During the last legislative session, Del. Carol L. Krimm (D-Frederick) introduced a bill that would have postponed the shift to Medicare until 2020, but the bill was opposed by the Department of Budget and Management. Other provisions in Krimm’s bill – including that dependents of retirees who are not yet eligible for Medicare may remain in the state plan – were passed as part of the Budget Reconciliation and Financing Act, where lawmakers also moved to hasten the shift to Medicare to Jan. 1.

In an interview this week, Krimm said lawmakers believed if a six-month postponement was not possible, it would be better for retirees to shift plans during the annual open enrollment period. Krimm said she plans to draft emergency legislation and thinks lawmakers will promptly consider a number of proposals.

“I think it will move very quickly. I think that will be the mandate,” she said.

Breon L. Johnson and Deborah Holloway Hill, the Towson attorneys who filed the lawsuit, hope it won’t come to that.

They’re asking a judge to order the state to continue offering the state’s retiree prescription health benefit or an injunction to stop the shift to Medicare. The attorneys also want a judge to certify a class-action lawsuit on behalf of all state retirees who relied on plan benefits before the legislative change and require the state to help identify additional plaintiffs.

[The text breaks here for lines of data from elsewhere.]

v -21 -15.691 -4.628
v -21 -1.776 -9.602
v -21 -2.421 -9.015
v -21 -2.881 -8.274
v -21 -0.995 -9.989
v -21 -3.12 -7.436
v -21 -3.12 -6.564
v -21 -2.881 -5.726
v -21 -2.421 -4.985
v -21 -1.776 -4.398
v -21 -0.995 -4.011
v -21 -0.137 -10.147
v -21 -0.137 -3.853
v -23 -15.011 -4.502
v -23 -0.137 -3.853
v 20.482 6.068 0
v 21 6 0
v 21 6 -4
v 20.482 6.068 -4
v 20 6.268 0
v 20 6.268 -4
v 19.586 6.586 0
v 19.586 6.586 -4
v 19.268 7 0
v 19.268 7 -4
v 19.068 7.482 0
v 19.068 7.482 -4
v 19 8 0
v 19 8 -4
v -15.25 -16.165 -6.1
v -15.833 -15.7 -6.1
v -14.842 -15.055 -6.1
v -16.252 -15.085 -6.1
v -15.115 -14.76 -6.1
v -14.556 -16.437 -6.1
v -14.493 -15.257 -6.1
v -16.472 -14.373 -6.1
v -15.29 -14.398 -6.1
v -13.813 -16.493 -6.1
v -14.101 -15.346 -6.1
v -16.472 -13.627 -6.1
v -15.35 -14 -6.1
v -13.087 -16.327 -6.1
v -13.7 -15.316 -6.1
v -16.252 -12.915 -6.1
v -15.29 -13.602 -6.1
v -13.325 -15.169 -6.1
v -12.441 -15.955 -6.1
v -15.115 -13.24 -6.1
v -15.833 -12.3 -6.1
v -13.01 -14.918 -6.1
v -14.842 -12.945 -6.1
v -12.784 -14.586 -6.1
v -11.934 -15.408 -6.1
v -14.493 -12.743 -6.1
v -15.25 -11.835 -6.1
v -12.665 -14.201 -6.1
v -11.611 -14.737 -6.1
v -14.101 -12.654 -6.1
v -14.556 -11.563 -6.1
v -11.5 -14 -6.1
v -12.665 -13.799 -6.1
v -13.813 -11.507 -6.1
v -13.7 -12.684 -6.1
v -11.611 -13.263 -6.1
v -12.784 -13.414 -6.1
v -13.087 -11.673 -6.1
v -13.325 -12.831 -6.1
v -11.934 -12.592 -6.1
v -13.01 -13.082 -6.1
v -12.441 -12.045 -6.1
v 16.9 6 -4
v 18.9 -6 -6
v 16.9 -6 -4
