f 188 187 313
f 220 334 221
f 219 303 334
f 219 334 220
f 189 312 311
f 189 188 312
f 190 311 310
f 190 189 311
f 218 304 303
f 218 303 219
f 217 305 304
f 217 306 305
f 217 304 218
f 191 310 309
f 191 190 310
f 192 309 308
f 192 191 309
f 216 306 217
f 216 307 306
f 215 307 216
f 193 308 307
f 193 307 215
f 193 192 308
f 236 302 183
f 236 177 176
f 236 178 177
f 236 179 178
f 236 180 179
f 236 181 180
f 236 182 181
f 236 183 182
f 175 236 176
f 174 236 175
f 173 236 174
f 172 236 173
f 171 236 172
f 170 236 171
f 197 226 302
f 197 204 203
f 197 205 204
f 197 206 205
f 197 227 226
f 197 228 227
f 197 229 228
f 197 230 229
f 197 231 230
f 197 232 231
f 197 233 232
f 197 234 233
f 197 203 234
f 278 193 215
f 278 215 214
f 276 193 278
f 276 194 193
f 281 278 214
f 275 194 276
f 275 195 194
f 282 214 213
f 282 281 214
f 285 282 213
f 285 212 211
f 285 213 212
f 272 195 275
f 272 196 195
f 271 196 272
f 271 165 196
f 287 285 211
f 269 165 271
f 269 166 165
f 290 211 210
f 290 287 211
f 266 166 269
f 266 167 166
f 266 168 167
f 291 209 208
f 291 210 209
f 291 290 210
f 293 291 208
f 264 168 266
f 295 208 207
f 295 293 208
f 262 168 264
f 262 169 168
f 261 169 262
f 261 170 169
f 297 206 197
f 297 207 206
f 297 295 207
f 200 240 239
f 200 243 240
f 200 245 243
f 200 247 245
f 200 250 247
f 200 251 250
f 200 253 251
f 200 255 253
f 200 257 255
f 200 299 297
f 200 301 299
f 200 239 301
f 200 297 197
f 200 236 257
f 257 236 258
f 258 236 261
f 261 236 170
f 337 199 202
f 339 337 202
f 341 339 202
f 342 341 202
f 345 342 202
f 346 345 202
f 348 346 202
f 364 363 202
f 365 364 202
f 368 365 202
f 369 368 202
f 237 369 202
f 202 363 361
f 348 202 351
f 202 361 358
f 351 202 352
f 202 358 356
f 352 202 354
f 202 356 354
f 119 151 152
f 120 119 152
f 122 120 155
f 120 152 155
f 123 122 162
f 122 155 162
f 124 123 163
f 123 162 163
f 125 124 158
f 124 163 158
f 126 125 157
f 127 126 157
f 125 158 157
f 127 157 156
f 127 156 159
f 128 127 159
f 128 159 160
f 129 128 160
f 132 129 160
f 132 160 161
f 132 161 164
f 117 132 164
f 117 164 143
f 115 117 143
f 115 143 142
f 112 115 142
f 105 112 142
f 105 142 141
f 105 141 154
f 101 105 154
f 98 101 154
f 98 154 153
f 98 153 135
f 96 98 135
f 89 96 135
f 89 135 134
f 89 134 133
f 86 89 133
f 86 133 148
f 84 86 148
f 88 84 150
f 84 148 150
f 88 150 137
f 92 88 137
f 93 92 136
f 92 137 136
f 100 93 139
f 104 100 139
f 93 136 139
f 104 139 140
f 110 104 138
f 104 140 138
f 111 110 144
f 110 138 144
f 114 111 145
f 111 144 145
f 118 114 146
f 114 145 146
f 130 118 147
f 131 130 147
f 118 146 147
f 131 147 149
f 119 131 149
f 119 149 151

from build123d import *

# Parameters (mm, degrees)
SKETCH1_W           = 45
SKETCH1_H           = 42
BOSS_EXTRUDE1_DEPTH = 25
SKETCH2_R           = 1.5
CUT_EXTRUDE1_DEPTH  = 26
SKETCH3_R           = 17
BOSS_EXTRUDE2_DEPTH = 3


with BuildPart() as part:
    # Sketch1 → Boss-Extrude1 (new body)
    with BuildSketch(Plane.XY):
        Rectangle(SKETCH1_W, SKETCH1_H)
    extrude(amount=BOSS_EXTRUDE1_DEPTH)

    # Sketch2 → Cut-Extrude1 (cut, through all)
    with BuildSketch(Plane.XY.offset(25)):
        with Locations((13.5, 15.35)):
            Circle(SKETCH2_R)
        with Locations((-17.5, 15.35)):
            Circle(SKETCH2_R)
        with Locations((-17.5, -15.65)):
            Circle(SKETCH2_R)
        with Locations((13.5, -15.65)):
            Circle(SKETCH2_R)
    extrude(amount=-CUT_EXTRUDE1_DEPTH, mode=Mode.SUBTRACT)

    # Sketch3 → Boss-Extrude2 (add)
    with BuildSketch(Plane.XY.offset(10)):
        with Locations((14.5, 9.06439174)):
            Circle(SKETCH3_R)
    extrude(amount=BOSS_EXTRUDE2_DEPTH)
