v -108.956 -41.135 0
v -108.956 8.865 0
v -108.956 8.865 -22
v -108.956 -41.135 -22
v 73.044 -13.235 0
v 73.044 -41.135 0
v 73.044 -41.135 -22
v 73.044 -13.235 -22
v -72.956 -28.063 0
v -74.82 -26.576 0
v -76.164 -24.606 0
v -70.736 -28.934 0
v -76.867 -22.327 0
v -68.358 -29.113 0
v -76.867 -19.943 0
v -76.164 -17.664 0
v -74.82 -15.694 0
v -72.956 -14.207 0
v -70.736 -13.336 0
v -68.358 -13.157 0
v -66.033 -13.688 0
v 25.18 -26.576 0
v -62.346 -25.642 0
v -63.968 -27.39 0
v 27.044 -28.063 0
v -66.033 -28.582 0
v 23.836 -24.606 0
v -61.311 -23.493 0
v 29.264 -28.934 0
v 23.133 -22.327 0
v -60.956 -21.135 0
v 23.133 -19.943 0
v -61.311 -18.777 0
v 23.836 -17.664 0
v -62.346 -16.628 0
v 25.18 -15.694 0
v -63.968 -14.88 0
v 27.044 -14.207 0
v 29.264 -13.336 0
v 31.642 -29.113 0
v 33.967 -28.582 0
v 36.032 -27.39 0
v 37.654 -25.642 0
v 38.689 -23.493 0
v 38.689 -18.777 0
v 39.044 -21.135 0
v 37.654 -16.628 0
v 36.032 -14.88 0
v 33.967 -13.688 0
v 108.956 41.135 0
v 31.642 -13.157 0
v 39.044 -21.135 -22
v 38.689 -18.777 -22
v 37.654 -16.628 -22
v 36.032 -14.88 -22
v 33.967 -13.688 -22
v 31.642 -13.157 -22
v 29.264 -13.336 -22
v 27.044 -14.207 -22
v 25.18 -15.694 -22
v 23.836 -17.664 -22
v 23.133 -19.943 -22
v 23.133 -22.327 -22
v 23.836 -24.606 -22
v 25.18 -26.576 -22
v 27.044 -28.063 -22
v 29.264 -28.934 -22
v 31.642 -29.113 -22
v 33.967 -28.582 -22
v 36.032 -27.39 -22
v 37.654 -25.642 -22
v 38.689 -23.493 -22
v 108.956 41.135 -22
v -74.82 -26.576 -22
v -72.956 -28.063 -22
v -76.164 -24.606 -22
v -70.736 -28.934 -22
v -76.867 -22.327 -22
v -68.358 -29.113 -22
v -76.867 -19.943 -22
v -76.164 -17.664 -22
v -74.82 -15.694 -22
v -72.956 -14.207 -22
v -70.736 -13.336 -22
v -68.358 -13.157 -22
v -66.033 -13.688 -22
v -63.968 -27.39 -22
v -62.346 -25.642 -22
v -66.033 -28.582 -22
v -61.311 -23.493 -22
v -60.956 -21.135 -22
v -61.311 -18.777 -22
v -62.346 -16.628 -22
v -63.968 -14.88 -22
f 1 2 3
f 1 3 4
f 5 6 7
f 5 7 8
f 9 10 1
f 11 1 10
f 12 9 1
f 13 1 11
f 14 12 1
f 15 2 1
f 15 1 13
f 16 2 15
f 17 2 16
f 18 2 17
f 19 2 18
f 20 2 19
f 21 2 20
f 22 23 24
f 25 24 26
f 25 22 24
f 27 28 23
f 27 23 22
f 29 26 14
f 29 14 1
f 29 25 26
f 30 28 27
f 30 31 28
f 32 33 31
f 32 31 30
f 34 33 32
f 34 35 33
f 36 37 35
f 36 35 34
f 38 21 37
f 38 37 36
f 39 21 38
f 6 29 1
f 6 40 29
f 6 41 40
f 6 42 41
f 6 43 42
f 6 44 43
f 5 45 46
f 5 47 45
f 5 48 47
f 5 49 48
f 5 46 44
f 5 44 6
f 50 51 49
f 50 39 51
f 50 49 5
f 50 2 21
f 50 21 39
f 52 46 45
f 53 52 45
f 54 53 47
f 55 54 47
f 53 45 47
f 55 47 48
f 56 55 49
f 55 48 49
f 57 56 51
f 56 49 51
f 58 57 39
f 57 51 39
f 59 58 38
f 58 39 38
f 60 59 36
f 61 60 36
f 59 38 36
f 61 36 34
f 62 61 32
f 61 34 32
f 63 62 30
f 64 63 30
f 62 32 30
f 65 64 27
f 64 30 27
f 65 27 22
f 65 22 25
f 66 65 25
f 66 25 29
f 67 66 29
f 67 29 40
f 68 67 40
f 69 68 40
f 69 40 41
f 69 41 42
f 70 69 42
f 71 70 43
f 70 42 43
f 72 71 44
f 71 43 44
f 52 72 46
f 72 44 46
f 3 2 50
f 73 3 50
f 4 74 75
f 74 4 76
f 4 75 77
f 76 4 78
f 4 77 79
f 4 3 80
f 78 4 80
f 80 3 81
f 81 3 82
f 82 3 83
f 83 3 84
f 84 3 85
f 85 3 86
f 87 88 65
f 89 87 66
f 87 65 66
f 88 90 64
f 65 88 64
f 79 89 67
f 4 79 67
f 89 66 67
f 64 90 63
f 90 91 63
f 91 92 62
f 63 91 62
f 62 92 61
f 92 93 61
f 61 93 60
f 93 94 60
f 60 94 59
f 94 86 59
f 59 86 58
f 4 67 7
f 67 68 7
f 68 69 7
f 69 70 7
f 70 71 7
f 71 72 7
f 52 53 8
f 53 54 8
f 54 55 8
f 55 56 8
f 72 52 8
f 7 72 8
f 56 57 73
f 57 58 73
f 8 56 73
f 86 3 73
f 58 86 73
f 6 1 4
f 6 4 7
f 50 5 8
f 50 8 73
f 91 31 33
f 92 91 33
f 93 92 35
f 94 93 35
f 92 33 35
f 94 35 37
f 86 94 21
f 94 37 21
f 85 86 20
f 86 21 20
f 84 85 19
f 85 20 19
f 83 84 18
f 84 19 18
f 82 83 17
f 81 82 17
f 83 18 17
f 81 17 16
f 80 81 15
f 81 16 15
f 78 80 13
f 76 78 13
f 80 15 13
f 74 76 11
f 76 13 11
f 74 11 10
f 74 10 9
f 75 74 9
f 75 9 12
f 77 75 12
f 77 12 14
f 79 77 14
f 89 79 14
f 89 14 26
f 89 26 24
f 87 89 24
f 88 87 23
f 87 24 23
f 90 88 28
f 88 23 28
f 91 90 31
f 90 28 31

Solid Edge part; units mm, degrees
sketch "Sketch1" plane through (0, 0, 0) normal (0, 0, 1) x (1, 0, 0)
  line L0 (-108.956, -41.135) -> (108.956, -41.135)
  line L1 (108.956, -41.135) -> (108.956, 41.135)
  line L2 (108.956, 41.135) -> (-108.956, 41.135)
  line L3 (-108.956, 41.135) -> (-108.956, -41.135)
extrude "Protrusion1" add sketch "Sketch1" against normal blind 22
sketch "Sketch2" plane through (0, 0, 0) normal (0, 0, 1) x (0, 1, 0)
  line L0 (-41.135, -73.044) -> (-13.235, -73.044)
  line L1 (-13.235, -73.044) -> (41.135, -108.956)
  line L2 (41.135, -108.956) -> (-41.135, -108.956)
  line L3 (-41.135, -108.956) -> (-41.135, -73.044)
extrude "ExtrudedCutout_1" cut sketch "Sketch2" against normal blind 22
sketch "Sketch3" plane through (0, 0, 0) normal (0, 0, 1) x (1, 0, 0)
  line L0 (-108.956, 8.865) -> (108.956, 41.135)
  line L1 (108.956, 41.135) -> (-108.956, 41.135)
  line L2 (-108.956, 41.135) -> (-108.956, 8.865)
extrude "ExtrudedCutout_2" cut sketch "Sketch3" against normal blind 22
sketch "Sketch4" plane through (0, 0, 0) normal (0, 0, 1) x (1, 0, 0)
  circle A0 centre (-68.956, -21.135) radius 8
  circle A1 centre (31.044, -21.135) radius 8
extrude "ExtrudedCutout_3" cut sketch "Sketch4" against normal blind 22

In addition to the four lead plaintiffs, the law firm is working with a number of other state retirees, Johnson and Hill said, though they did not provide a specific figure. Hill said that some of their clients are making drastic life changes already to figure out ways to afford prescription drug price increases.

“These people will die if they don’t get their medications,” she said. “… This is somebody who worked for 30 or 40 years. It’s not like this is some handout.”

On Tuesday, the Maryland Health Care for All Coalition called on all candidates for governor and General Assembly to support its proposal to establish a prescription drug affordability board in the state to set affordable rates for life-saving drugs.